TOTABUAN.CO — Rencana pemerintah untuk menaikkan harga bahan bakar minyak (BBM) bersubsidi mendapat penolakan. Gerakan Nasional Pasal 33 UUD 1945 (GNP 33) menuntut pemerintah untuk tidak menaikkan harga BBM bersubsidi.
Mereka beralasan, dampak dari kenaikan ini akan menambah jumlah rakyat miskin di Indonesia.
Tuntutan itu dilakukan GNP 33 yang terdiri sejumlah LSM, seperti LMND, PRD, dan STN dalam aksi unjuk rasa yang digelar di depan Istana Negara, kemarin.
Sekitar 400 orang yang berpakaian serba merah itu meminta pemerintah baru meninjau kembali rencana kenaikkan harga BBM bersubsidi. Pasalnya jika dinaikkan Rp 3.000 per liter, dampaknya akan sangat besar.
“Berdasarkan hitungan pakar ekonomi, Ichsanuddin Noorsy, jika BBM bersubsidi dinaikkan Rp 1.000 per liter, inflasi akan naik 1,43 persen dan presentase kemiskinan otomatis naik 0,41 persen. Bayangkan jika dinaikkan sampai Rp 3.000 per liter,” ujar Vivin Sri Wahyuni, Ketua Umum Liga Mahasiswa Nasional untuk Demokrasi (LMND), di Jakarta (3/11).
Dia mengkritisi rencana pemerintah menaikkan harga salah satu sumber energi itu. Alasan kenaikan adalah subsidi BBM terlalu membebani anggaran belanja. Terlebih pemerintah menganggap penyaluran subsidi tidak tepat sasaran.”Seharusnya pemerintah membuat aturan supaya orang kaya tidak membeli BBM bersubsidi. Bukan malah mengorbankan masyarakat menengah ke bawah,” kata Vivin.
Kehidupan sehari-hari masyarakat kecil jelas terganggu dengan naiknya harga bensin premium. Harga barang kebutuhan pokok, bahkan usaha wong cilik juga diprediksi rontok.

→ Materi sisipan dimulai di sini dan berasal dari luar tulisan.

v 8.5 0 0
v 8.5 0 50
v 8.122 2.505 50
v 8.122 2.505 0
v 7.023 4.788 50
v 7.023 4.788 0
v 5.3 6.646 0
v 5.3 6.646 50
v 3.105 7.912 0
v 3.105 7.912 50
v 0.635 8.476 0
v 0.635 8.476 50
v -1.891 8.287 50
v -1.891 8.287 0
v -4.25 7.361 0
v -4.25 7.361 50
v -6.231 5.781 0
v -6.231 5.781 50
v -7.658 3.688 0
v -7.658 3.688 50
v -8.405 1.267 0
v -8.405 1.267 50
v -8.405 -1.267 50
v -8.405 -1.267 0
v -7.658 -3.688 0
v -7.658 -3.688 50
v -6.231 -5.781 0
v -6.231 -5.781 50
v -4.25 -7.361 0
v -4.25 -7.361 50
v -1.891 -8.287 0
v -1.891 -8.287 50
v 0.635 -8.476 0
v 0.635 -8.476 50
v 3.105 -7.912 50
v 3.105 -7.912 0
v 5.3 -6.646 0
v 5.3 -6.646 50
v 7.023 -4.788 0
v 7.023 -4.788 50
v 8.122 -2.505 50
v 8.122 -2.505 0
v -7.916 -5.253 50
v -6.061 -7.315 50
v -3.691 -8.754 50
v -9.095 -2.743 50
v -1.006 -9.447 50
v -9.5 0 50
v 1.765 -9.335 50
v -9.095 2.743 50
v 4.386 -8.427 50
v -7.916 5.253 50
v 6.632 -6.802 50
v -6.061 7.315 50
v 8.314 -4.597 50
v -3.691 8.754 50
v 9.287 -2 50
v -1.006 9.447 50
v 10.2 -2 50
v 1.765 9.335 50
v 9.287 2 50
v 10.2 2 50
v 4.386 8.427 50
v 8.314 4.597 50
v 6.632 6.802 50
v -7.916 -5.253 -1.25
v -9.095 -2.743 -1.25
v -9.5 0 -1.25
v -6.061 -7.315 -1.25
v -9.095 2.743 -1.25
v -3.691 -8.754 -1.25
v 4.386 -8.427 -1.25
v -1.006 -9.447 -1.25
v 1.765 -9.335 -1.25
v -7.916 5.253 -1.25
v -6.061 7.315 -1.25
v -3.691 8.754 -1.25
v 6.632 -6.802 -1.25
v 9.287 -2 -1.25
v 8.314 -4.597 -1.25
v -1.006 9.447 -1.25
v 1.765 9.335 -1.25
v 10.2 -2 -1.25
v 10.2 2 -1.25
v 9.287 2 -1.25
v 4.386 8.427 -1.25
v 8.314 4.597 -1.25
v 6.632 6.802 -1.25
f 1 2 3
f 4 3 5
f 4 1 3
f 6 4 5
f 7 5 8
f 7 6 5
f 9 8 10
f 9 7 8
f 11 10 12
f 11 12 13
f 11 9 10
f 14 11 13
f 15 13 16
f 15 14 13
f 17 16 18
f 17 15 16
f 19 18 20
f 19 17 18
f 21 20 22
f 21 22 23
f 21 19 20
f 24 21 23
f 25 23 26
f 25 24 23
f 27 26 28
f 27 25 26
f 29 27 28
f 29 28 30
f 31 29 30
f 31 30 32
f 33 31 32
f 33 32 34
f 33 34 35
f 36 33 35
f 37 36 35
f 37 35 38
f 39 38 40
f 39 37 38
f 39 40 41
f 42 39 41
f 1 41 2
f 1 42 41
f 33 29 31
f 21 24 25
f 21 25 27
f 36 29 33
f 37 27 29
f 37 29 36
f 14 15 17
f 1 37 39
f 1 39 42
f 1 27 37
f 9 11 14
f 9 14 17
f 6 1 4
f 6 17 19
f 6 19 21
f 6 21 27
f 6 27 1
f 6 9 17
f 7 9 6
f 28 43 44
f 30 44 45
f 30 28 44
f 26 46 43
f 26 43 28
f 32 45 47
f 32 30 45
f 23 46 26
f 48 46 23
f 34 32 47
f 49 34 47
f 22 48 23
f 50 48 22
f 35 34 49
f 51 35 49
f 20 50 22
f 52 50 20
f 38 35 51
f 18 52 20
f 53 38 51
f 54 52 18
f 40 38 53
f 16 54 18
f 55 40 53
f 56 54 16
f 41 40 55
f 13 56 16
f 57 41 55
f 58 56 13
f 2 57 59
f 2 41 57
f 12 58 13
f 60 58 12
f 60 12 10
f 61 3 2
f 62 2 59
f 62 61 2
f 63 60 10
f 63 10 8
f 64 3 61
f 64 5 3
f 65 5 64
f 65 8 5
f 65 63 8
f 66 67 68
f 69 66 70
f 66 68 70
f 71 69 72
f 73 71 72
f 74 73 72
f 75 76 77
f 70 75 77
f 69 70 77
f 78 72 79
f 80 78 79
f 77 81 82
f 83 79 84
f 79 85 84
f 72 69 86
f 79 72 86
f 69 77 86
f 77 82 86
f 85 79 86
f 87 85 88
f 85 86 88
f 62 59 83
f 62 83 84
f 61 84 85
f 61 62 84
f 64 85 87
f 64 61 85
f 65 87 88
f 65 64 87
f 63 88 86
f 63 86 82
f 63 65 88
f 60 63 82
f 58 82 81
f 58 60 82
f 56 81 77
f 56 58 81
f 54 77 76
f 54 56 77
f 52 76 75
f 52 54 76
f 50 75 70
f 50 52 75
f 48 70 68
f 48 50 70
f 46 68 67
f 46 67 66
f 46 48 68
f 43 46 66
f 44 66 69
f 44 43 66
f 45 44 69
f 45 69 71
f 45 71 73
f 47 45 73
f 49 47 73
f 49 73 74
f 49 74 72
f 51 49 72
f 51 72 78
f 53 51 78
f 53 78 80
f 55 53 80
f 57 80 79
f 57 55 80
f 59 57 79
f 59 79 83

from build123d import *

# Parameters (mm, degrees)
F0_R     = 8.5
F1_DEPTH = 50
F2_DEPTH = 1.25


with BuildPart() as f1:
    # F0 (on Top) → F1 (new body)
    with BuildSketch(Plane.XY):
        with BuildLine():
            ThreePointArc((9.2870878105, -2), (9.4466219941, -1.0056504861), (9.5, 0))
            ThreePointArc((9.5, 0), (9.4466219941, 1.0056504861), (9.2870878105, 2))
            Line((9.2870878105, 2), (8.8004730493, 2))
            Line((8.8004730493, 2), (8.8004730493, -2))
            Line((8.8004730493, -2), (9.2870878105, -2))
        make_face()
        with BuildLine():
            ThreePointArc((9.2870878105, 2), (9.4466219941, 1.0056504861), (9.5, 0))
            ThreePointArc((9.5, 0), (9.4466219941, -1.0056504861), (9.2870878105, -2))
            Line((9.2870878105, -2), (10.1995269507, -2))
            Line((10.1995269507, -2), (10.1995269507, 2))
            Line((10.1995269507, 2), (9.2870878105, 2))
        make_face()
        with BuildLine():
            Line((8.8004730493, 2), (9.2870878105, 2))
            ThreePointArc((9.2870878105, 2), (-9.5, 0), (9.2870878105, -2))
            Line((9.2870878105, -2), (8.8004730493, -2))
            Line((8.8004730493, -2), (8.8004730493, 2))
        make_face()
        Circle(F0_R, mode=Mode.SUBTRACT)
    extrude(amount=F1_DEPTH)

    # F0 (on Top) → F2 (join)
    with BuildSketch(Plane.XY):
        with BuildLine():
            Line((8.8004730493, 2), (9.2870878105, 2))
            ThreePointArc((9.2870878105, 2), (-9.5, 0), (9.2870878105, -2))
            Line((9.2870878105, -2), (8.8004730493, -2))
            Line((8.8004730493, -2), (8.8004730493, 2))
        make_face()
        Circle(F0_R, mode=Mode.SUBTRACT)
        Circle(F0_R)
        with BuildLine():
            ThreePointArc((9.2870878105, 2), (9.4466219941, 1.0056504861), (9.5, 0))
            ThreePointArc((9.5, 0), (9.4466219941, -1.0056504861), (9.2870878105, -2))
            Line((9.2870878105, -2), (10.1995269507, -2))
            Line((10.1995269507, -2), (10.1995269507, 2))
            Line((10.1995269507, 2), (9.2870878105, 2))
        make_face()
        with BuildLine():
            ThreePointArc((9.2870878105, -2), (9.4466219941, -1.0056504861), (9.5, 0))
            ThreePointArc((9.5, 0), (9.4466219941, 1.0056504861), (9.2870878105, 2))
            Line((9.2870878105, 2), (8.8004730493, 2))
            Line((8.8004730493, 2), (8.8004730493, -2))
            Line((8.8004730493, -2), (9.2870878105, -2))
        make_face()
    extrude(amount=-F2_DEPTH)


solid = f1.part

Tidak hanya itu, GNP33 melihat ada campur tangan asing dalam perumusan kebijakan ini. Pasalnya, sudah sejak lama sejak diberlakukan UU 22 Tahun 2001 tentang minyak dan gas, banyak sekali perusahaan migas asing yang mendapat izin pendirian SPBU.
Ketua Dewan Pimpinan Nasional Serikat Rakyat Miskin Indonesia, Wahida Baharuddin menjelaskan, saat ini ada 3 perusahaan migas asing yang SPBU-nya menjamur. “Pasca pemberlakuan UU Migas No.22 tahun 2001, sudah ada 105 perusahaan asing pengelola migas yang dapat izin bikin SPBU. Mereka dapat jatah 20.000 SPBU di seluruh Indonesia,” ujarnya.
Wahida menilai, pemerintahan dan kabinet baru hanya berlindung di balik nama kerakyatan dan nasionalisme. Menurut dia, nilai-nilai Trisakti yang menjadi pedoman pemerintahan Presiden Jokowi tidak tercermin dalam pengambilan keputusan.
“Cabut UU Migas No 22 tahun 2001. Jangan biarkan asing menguasai dan mengambil keuntungan dari pengelolaan migas Indonesia,” pungkasnya.